◆ Task instructions ◆
Please reply with one number only: how many lines in the entries below contain the string "None".
════
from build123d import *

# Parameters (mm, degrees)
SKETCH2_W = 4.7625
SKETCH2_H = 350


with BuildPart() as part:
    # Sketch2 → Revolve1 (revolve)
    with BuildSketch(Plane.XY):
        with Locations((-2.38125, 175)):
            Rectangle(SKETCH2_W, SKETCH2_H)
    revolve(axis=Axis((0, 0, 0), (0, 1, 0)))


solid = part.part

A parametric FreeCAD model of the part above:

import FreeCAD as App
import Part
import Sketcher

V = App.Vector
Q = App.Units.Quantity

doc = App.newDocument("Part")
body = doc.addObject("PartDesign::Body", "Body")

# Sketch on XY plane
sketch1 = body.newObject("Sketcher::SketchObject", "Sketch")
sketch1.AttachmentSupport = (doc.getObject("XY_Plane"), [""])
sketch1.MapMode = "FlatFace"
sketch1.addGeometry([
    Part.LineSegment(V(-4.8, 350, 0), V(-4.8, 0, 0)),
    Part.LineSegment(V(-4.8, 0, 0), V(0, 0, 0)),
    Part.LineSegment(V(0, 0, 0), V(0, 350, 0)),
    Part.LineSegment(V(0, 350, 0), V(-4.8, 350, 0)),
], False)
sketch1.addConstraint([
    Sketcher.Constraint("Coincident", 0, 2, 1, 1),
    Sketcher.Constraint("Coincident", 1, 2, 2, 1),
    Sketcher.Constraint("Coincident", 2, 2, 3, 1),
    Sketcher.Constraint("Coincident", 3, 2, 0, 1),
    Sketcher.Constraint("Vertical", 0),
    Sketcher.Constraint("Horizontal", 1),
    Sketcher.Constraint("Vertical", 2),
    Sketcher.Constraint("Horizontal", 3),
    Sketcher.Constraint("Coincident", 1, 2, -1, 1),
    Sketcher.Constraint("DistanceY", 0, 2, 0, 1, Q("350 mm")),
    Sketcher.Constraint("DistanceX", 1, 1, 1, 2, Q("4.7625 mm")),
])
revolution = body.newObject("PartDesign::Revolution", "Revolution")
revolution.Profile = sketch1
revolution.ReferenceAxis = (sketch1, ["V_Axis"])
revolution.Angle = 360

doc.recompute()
════
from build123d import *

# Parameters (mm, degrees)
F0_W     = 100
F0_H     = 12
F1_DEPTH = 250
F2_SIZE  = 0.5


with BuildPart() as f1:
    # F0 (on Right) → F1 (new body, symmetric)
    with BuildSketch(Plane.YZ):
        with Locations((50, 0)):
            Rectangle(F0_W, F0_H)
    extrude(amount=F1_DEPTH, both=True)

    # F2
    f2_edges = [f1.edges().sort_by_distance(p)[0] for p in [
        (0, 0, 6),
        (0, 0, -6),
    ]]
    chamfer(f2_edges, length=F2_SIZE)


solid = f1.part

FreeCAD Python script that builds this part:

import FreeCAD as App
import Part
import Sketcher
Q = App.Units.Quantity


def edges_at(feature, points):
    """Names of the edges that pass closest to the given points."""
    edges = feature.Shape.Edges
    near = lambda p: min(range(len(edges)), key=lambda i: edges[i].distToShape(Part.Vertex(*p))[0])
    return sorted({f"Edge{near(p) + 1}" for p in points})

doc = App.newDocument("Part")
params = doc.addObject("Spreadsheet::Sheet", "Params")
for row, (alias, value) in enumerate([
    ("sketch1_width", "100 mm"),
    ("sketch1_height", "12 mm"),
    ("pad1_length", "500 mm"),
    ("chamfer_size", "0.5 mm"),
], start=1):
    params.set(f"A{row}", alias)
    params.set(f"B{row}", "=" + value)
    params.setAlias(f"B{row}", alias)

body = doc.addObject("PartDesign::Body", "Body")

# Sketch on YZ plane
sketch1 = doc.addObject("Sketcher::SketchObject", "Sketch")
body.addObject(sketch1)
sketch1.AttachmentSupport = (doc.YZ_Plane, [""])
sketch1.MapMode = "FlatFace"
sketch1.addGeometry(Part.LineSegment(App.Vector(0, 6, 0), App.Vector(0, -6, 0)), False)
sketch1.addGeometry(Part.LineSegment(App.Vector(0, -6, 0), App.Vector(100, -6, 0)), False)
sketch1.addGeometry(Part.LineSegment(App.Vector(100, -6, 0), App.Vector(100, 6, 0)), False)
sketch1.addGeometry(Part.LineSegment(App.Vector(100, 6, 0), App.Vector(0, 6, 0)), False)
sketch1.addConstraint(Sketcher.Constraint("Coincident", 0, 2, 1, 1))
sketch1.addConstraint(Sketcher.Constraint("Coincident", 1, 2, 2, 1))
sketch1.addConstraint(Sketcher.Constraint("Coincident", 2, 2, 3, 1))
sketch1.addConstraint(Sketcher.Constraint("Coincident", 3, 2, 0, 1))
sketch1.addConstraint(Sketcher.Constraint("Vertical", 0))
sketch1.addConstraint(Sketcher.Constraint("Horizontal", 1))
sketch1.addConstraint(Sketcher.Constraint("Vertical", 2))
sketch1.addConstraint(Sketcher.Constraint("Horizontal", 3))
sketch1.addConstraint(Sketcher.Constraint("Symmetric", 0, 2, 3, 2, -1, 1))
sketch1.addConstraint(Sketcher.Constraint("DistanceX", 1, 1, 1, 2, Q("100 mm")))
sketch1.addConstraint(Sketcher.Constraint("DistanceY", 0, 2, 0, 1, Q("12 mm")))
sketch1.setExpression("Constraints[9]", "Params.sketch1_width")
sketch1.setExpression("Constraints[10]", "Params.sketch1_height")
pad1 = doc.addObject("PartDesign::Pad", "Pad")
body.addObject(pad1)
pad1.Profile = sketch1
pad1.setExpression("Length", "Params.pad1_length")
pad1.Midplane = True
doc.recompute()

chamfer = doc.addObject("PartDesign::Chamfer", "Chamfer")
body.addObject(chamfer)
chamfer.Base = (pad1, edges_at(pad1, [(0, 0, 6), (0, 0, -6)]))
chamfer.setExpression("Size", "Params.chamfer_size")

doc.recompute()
════
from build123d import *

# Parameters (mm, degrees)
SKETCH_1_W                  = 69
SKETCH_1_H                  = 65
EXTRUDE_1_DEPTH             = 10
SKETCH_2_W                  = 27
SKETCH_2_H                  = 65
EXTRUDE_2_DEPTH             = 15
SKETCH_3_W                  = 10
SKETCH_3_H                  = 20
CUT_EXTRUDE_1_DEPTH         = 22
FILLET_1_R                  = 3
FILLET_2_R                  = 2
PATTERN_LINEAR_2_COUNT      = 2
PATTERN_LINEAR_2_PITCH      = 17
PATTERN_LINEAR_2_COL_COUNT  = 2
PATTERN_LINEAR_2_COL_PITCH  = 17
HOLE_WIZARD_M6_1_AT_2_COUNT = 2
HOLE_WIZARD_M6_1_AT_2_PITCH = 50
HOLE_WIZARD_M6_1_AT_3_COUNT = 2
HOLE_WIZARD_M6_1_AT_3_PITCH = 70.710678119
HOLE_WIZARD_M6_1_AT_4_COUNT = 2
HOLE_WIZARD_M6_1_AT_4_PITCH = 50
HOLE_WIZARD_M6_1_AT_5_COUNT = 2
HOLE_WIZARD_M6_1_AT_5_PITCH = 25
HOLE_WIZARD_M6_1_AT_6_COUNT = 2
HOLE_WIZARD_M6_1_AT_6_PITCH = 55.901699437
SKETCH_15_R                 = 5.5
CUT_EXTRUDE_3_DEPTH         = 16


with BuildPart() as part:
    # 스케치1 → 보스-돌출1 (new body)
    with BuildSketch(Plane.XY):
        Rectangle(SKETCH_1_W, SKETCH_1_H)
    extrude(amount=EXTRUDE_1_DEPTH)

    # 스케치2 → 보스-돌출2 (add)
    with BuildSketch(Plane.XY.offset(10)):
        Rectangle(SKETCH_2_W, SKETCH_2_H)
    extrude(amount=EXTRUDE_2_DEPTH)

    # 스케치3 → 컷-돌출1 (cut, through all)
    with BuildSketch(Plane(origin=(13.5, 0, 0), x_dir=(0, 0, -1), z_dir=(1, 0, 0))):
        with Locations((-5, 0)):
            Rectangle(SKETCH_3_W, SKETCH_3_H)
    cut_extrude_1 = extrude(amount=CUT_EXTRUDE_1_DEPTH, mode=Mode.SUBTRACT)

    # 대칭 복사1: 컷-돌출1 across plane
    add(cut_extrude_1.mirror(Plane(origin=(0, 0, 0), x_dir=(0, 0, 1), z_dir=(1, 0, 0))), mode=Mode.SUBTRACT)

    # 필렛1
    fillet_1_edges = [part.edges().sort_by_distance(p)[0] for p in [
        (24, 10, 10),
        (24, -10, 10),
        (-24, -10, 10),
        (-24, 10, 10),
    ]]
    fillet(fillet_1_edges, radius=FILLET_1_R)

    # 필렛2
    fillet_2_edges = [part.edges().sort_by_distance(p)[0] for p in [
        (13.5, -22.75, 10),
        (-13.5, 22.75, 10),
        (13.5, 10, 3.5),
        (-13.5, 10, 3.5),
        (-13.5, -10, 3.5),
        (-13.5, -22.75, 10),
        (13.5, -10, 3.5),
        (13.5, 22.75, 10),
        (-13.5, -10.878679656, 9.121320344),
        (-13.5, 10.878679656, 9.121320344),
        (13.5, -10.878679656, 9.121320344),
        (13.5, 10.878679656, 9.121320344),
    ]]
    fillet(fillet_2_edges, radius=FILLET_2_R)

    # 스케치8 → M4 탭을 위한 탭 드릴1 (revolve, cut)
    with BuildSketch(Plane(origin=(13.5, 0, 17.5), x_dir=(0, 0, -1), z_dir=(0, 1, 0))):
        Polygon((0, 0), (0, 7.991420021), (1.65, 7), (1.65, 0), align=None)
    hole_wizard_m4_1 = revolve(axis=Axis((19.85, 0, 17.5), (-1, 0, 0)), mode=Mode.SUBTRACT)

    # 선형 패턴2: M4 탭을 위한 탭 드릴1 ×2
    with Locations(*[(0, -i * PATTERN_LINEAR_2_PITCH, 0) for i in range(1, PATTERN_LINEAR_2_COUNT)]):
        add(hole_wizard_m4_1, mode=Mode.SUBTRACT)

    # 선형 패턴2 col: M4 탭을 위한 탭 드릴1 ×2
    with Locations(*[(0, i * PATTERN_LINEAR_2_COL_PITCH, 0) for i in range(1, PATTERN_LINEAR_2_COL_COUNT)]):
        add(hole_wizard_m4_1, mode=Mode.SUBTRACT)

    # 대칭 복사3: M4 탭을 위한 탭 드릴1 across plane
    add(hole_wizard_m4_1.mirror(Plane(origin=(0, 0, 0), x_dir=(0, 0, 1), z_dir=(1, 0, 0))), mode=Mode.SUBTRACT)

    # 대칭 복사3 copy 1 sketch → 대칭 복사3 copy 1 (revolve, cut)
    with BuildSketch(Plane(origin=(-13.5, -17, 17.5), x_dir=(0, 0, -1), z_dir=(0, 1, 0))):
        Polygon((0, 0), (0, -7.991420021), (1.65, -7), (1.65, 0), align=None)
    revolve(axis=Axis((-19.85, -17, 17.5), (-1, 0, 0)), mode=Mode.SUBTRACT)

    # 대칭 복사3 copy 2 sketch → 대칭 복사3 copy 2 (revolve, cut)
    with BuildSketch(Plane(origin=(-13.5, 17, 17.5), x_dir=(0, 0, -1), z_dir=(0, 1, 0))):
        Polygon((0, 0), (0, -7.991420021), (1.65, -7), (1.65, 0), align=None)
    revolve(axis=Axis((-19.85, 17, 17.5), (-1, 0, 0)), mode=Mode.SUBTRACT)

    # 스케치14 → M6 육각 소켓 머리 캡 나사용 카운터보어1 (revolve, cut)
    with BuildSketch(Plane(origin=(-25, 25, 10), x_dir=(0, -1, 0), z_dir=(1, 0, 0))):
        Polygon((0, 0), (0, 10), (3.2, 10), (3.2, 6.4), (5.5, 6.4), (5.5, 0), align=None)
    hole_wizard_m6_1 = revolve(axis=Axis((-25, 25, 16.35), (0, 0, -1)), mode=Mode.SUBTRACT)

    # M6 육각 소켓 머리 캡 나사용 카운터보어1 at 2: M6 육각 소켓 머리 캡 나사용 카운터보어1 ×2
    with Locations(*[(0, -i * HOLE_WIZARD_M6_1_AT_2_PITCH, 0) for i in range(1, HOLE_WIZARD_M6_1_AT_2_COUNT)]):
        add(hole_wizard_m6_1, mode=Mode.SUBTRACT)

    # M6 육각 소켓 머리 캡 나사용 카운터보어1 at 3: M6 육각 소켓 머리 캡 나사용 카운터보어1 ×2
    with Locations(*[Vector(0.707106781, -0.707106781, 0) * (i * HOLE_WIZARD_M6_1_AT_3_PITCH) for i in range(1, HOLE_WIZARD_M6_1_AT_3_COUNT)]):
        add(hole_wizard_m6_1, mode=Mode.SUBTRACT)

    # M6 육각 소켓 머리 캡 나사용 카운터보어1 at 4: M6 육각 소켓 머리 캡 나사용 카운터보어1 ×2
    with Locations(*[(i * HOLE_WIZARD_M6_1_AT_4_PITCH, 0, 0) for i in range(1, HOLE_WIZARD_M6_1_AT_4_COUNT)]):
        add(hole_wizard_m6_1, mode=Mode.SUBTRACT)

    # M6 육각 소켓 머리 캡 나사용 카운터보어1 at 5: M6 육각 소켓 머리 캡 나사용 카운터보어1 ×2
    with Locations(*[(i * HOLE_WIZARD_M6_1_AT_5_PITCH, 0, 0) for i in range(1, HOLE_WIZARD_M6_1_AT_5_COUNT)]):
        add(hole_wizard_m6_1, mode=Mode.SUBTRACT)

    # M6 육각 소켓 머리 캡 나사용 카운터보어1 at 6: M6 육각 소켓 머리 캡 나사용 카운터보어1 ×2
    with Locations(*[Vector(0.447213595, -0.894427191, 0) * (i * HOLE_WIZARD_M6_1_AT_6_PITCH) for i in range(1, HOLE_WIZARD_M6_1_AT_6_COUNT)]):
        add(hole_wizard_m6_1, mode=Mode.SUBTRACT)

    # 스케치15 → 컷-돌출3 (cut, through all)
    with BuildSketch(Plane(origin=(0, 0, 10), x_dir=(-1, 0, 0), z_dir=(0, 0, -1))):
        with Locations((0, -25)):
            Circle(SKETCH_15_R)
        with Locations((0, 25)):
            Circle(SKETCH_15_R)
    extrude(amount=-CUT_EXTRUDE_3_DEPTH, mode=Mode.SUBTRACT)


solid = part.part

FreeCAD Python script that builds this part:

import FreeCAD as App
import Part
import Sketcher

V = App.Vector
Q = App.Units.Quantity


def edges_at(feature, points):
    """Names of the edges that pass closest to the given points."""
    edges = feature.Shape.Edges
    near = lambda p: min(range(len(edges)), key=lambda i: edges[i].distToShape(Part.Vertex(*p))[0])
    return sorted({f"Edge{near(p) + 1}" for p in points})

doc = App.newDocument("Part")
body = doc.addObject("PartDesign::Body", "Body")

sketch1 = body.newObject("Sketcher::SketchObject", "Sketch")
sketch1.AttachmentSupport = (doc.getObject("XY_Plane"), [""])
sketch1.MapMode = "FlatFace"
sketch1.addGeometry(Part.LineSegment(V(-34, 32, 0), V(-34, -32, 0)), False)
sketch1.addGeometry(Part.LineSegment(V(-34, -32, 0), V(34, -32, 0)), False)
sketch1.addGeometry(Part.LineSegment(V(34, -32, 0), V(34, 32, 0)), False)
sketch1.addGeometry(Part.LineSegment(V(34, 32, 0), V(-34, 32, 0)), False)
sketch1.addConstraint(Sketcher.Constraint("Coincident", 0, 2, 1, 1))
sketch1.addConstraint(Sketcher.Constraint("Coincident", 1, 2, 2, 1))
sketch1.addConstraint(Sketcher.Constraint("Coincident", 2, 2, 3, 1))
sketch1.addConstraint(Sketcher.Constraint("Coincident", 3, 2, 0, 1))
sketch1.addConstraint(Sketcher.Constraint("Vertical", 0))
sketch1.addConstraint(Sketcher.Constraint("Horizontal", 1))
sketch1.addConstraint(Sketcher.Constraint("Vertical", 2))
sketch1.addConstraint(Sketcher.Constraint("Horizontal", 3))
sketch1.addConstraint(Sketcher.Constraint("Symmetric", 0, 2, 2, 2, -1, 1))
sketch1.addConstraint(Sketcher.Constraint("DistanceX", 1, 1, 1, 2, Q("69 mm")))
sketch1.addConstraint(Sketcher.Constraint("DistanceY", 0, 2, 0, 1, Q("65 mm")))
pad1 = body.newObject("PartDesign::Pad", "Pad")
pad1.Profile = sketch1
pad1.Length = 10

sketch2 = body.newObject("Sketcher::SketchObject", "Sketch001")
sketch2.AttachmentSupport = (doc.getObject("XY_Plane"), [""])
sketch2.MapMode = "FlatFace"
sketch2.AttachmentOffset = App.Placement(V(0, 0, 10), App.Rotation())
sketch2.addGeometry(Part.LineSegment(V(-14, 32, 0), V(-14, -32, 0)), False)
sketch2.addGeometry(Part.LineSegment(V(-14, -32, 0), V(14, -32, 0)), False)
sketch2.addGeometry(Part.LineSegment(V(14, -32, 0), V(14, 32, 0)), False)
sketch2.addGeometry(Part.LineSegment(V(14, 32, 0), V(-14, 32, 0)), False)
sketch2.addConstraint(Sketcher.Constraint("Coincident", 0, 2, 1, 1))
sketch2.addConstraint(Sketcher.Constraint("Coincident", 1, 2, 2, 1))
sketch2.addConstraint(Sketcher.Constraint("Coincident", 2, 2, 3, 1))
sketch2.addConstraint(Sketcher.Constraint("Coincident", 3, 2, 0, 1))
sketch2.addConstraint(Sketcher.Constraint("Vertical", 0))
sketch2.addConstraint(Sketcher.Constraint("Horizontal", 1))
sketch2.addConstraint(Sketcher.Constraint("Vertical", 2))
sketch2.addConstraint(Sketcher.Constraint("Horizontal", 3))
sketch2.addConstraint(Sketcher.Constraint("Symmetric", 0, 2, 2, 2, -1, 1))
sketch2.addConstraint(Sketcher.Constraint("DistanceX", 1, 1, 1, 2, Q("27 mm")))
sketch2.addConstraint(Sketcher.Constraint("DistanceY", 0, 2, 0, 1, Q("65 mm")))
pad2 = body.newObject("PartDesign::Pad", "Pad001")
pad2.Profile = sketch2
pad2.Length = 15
════
◆ Result for this task ◆
4